I think a 6-8 game schedule where the team plays every other week makes sense. Then you have time to get test results. If two big ten teams opt out you can divide everyone into three 4 team pods and play home and homes. Then pick 2 MAC schools that play those same teams once and get 4 pay days and play each other in a home and home. So now instead of every team in the country having contact with every other through 6 degrees of separation, every team has only had contact with 5 others. The whole country can be in these 6 team groupings where power 5 plays 8 games and non power plays 6. If all that works out flawlessly then you just play 10 bowl games with the top 20 teams.
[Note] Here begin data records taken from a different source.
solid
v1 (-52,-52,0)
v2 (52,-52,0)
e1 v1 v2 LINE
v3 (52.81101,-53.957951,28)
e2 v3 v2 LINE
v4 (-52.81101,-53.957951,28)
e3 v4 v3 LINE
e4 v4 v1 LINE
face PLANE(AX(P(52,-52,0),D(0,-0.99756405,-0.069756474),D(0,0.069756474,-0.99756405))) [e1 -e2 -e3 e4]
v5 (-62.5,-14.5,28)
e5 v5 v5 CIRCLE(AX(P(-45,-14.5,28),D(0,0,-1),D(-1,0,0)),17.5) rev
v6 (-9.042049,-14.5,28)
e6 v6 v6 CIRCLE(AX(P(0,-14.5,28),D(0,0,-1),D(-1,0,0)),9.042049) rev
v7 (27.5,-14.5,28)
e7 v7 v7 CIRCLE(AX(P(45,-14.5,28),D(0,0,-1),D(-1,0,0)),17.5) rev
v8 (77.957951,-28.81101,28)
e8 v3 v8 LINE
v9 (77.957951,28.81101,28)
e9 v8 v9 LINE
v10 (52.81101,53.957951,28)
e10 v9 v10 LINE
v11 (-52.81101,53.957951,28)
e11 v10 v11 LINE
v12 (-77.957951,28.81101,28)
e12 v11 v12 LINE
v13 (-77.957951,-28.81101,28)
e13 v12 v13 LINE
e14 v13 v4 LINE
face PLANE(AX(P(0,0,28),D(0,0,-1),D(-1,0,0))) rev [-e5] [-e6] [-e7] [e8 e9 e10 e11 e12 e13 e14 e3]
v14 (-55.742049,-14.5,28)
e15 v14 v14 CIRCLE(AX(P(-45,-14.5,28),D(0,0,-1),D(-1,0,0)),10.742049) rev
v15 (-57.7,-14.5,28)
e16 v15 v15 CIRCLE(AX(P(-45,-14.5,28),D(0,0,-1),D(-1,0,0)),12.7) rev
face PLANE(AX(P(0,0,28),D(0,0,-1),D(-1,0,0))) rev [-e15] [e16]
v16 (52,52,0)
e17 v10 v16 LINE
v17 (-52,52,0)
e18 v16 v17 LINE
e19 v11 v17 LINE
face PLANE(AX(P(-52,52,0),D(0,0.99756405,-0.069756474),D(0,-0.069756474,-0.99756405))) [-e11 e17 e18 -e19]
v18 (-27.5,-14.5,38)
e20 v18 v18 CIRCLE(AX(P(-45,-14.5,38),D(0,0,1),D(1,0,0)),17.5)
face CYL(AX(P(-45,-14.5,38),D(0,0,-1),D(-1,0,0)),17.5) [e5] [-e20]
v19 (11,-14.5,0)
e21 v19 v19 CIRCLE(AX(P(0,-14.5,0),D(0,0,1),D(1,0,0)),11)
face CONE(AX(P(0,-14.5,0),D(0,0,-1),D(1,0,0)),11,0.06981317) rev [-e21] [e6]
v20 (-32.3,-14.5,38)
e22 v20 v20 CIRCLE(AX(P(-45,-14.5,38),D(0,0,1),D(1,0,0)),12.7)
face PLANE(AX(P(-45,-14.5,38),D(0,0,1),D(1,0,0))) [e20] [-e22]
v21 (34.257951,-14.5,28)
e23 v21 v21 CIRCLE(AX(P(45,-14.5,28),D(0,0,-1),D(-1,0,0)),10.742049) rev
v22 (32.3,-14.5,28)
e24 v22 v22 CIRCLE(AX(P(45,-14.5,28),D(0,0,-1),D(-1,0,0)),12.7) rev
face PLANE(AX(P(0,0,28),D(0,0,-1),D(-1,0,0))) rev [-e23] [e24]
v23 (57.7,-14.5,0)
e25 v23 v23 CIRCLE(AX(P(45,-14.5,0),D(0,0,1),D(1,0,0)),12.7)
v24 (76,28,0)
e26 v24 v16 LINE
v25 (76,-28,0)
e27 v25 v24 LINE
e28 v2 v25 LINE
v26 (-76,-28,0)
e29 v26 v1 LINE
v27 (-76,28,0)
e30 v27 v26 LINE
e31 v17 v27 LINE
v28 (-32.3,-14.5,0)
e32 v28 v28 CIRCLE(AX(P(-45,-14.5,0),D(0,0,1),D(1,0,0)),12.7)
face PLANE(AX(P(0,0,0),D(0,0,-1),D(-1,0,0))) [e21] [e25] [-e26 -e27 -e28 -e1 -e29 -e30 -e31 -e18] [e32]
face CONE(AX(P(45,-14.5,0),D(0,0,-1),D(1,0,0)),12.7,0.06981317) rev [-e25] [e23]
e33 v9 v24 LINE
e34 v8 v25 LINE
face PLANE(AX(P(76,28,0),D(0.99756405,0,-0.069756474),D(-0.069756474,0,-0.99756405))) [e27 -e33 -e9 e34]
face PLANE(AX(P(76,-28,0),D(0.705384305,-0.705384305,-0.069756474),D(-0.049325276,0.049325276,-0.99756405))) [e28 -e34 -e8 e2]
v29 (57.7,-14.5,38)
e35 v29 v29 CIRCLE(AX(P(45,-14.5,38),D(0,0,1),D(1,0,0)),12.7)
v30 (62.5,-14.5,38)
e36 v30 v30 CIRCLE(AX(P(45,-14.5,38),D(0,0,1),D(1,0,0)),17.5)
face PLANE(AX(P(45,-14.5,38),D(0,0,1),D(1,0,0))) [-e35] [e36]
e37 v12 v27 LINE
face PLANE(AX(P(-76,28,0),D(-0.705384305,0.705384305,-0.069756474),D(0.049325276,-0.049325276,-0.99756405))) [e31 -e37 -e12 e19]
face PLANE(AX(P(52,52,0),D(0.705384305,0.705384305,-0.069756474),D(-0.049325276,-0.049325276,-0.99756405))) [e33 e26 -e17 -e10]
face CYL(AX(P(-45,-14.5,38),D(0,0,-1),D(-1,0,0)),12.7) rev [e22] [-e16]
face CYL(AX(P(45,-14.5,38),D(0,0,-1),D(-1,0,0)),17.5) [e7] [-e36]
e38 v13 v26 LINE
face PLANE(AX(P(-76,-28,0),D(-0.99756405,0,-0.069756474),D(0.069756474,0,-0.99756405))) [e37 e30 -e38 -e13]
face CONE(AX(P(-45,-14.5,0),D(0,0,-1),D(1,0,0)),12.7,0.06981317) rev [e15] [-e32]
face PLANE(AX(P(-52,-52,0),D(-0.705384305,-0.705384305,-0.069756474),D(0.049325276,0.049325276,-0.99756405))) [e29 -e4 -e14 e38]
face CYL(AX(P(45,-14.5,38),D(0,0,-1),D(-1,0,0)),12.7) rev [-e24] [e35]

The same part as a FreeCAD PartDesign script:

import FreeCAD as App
import Part
import Sketcher

V = App.Vector


def faces_at(feature, points):
    """Names of the faces that lie closest to the given points."""
    faces = feature.Shape.Faces
    near = lambda p: min(range(len(faces)), key=lambda i: faces[i].distToShape(Part.Vertex(*p))[0])
    return sorted({f"Face{near(p) + 1}" for p in points})


def add_polygon(sketch, points):
    """Adds a closed chain of lines whose ends are joined by coincident constraints."""
    first, n = sketch.GeometryCount, len(points)
    for a, b in zip(points, points[1:] + points[:1]):
        sketch.addGeometry(Part.LineSegment(App.Vector(*a, 0), App.Vector(*b, 0)), False)
    for i in range(n):
        sketch.addConstraint(Sketcher.Constraint("Coincident", first + i, 2, first + (i + 1) % n, 1))

doc = App.newDocument("Part")
body = doc.addObject("PartDesign::Body", "Body")

# Sketch on XY plane
sketch1 = doc.addObject("Sketcher::SketchObject", "Sketch")
body.addObject(sketch1)
sketch1.AttachmentSupport = (doc.XY_Plane, [""])
sketch1.MapMode = "FlatFace"
add_polygon(sketch1, [(-52, 52), (-76, 28), (-76, -28), (-52, -52), (52, -52), (76, -28), (76, 28), (52, 52)])  # lines 0-7
sketch1.addGeometry(Part.Circle(V(-45, -14, 0), V(0, 0, 1), 13), False)  # 8
sketch1.addGeometry(Part.Circle(V(0, -14, 0), V(0, 0, 1), 11), False)  # 9
sketch1.addGeometry(Part.Circle(V(45, -14, 0), V(0, 0, 1), 13), False)  # 10
sketch1.addConstraint(Sketcher.Constraint("Vertical", 1))
sketch1.addConstraint(Sketcher.Constraint("Horizontal", 3))
sketch1.addConstraint(Sketcher.Constraint("Vertical", 5))
sketch1.addConstraint(Sketcher.Constraint("Horizontal", 7))
sketch1.addConstraint(Sketcher.Constraint("Equal", 8, 10))
sketch1.addConstraint(Sketcher.Constraint("Symmetric", 0, 2, 4, 2, -1, 1))
sketch1.addConstraint(Sketcher.Constraint("Symmetric", 2, 2, 6, 2, -1, 1))
sketch1.addConstraint(Sketcher.Constraint("Symmetric", 8, 3, 10, 3, -2))
sketch1.addConstraint(Sketcher.Constraint("PointOnObject", 9, 3, -2))
sketch1.addConstraint(Sketcher.Constraint("Perpendicular", 0, 2))
sketch1.addConstraint(Sketcher.Constraint("Perpendicular", 2, 4))
sketch1.addConstraint(Sketcher.Constraint("Perpendicular", 4, 6))
sketch1.addConstraint(Sketcher.Constraint("Horizontal", 8, 3, 9, 3))
sketch1.addConstraint(Sketcher.Constraint("Horizontal", 1, 2, 4, 2))
sketch1.addConstraint(Sketcher.Constraint("Vertical", 3, 2, 6, 2))
sketch1.addConstraint(Sketcher.Constraint("Diameter", 9, 22.0))
sketch1.addConstraint(Sketcher.Constraint("Diameter", 8, 25.4))
sketch1.addConstraint(Sketcher.Constraint("DistanceX", 3, 1, 3, 2, 104.0))
sketch1.addConstraint(Sketcher.Constraint("DistanceY", 1, 2, 1, 1, 56.0))
sketch1.addConstraint(Sketcher.Constraint("DistanceX", 8, 3, -1, 1, 45.0))
sketch1.addConstraint(Sketcher.Constraint("DistanceX", 0, 2, -1, 1, 76.0))
sketch1.addConstraint(Sketcher.Constraint("DistanceY", 8, 3, -1, 1, 14.5))
pad1 = doc.addObject("PartDesign::Pad", "Pad")
body.addObject(pad1)
pad1.Profile = sketch1
pad1.Length = 28
doc.recompute()

draft = doc.addObject("PartDesign::Draft", "Draft")
body.addObject(draft)
draft.Base = (pad1, faces_at(pad1, [
    (-64, 40, 14),
    (-76, 0, 14),
    (-64, -40, 14),
    (0, -52, 14),
    (64, -40, 14),
    (76, 0, 14),
    (64, 40, 14),
    (0, 52, 14),
    (-57.7, -14.5, 14),
    (32.3, -14.5, 14),
    (-11, -14.5, 14),
]))
draft.NeutralPlane = (doc.XY_Plane, [""])
draft.Angle = 4
draft.Reversed = True

# Sketch on XY plane
sketch2 = doc.addObject("Sketcher::SketchObject", "Sketch001")
body.addObject(sketch2)
sketch2.AttachmentSupport = (doc.XY_Plane, [""])
sketch2.MapMode = "FlatFace"
sketch2.addGeometry(Part.Circle(V(-45, -14, 0), V(0, 0, 1), 18), False)
sketch2.addGeometry(Part.Circle(V(-45, -14, 0), V(0, 0, 1), 13), False)
sketch2.addGeometry(Part.Circle(V(45, -14, 0), V(0, 0, 1), 18), False)
sketch2.addGeometry(Part.Circle(V(45, -14, 0), V(0, 0, 1), 13), False)
sketch2.addConstraint(Sketcher.Constraint("Coincident", 1, 3, 0, 3))
sketch2.addConstraint(Sketcher.Constraint("Coincident", 3, 3, 2, 3))
sketch2.addConstraint(Sketcher.Constraint("Equal", 0, 2))
sketch2.addConstraint(Sketcher.Constraint("Equal", 1, 3))
sketch2.addConstraint(Sketcher.Constraint("Symmetric", 0, 3, 2, 3, -2))
sketch2.addConstraint(Sketcher.Constraint("Diameter", 0, 35.0))
sketch2.addConstraint(Sketcher.Constraint("Diameter", 1, 25.4))
sketch2.addConstraint(Sketcher.Constraint("DistanceX", 0, 3, -1, 1, 45.0))
sketch2.addConstraint(Sketcher.Constraint("DistanceY", 0, 3, -1, 1, 14.5))
pad2 = doc.addObject("PartDesign::Pad", "Pad001")
body.addObject(pad2)
pad2.Profile = sketch2
pad2.Length = 38

doc.recompute()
Then you can play a CFP final picking from the 10 bowl winners if you really want to. 

Sambojangles

July 6th, 2020 at 7:56 PM ^

Spring football would be strange and unfortunate, but certainly preferable to a bastardized fall season with multiple teams unable to compete and weird schedules. If planning for that now significantly increases the chance of a season happening then I think that's probably the smart thing to do. How wild would April be, if the Final Four, Frozen Four, then CFP happen on 4 straight weekends? 

Also, OP should edit out most of the Athletic article and focus on the big items. Posting the whole article is plagiarism and bad mmmkay?

TrueBlue2003

July 6th, 2020 at 8:36 PM ^

The problem with spring football is there's no guarantee or really even any reason to believe it'll be better to play in the spring.

There won't be a vaccine.  So what's going to be better?  This is going to spike in the north in the winter when everyone goes back indoors.  It won't be less risky in the spring so they shouldn't consider that as a superior option when making fall decisions.

bsand2053

July 6th, 2020 at 8:18 PM ^

Please don’t copy entire articles.

Also, there’s really a limit on how many games you can play on the spring.  You can’t ask these kids to play 8-12 games in the spring and expect them to do lay a full slate next fall.  Maybe you could get pros to do it but not students.  
 

If t or season has to be played in the spring, maybe just have the divisions play and do the conference championship and leave it there.  I don’t want these kids to have to pack in that much physical punishment in a single year 

maizenblue92

July 6th, 2020 at 8:21 PM ^

Beyond the copyright infringement in this post. Don't blame the Ivy League for football not happening. Blame everyone who didn't/doesn't wear a mask, blame the yahoos that protested at state capitols for reopening because they couldn't get a haircut for a few weeks or yell at a server, blame everyone that tried to downplay it as "just like the flu" because that helped enable the spread, and most of all blame the current presidential administration for sitting on their thumbs for months and doing nothing about it when other countries were locking down, putting contact tracing into place and everything places like South Korea were doing when this broke out. 

maizenblue92

July 7th, 2020 at 9:46 AM ^

I've heard the opposite. Most protesters are pretty good about wearing masks and the studies being done on them are showing that very few cases are spreading as a result of protests. In fact, about a month ago a warning was spreading on twitter that the right is going to try and use the protests as the reason cases are up. Because, the right always knew cases were going to spike because reopening is happening too soon. It was a convenient reason to satiate their base with.

TrueBlue2003

July 7th, 2020 at 1:08 PM ^

The protests had a negligible impact. This is why Minneapolis and New York and Detroit and Seattle and many other cities that participated heavily in the protests are not experiencing spikes.

For one, only a negligible number of people participated and two, they were outdoors moving down streets where they could space and they were mostly wearing masks.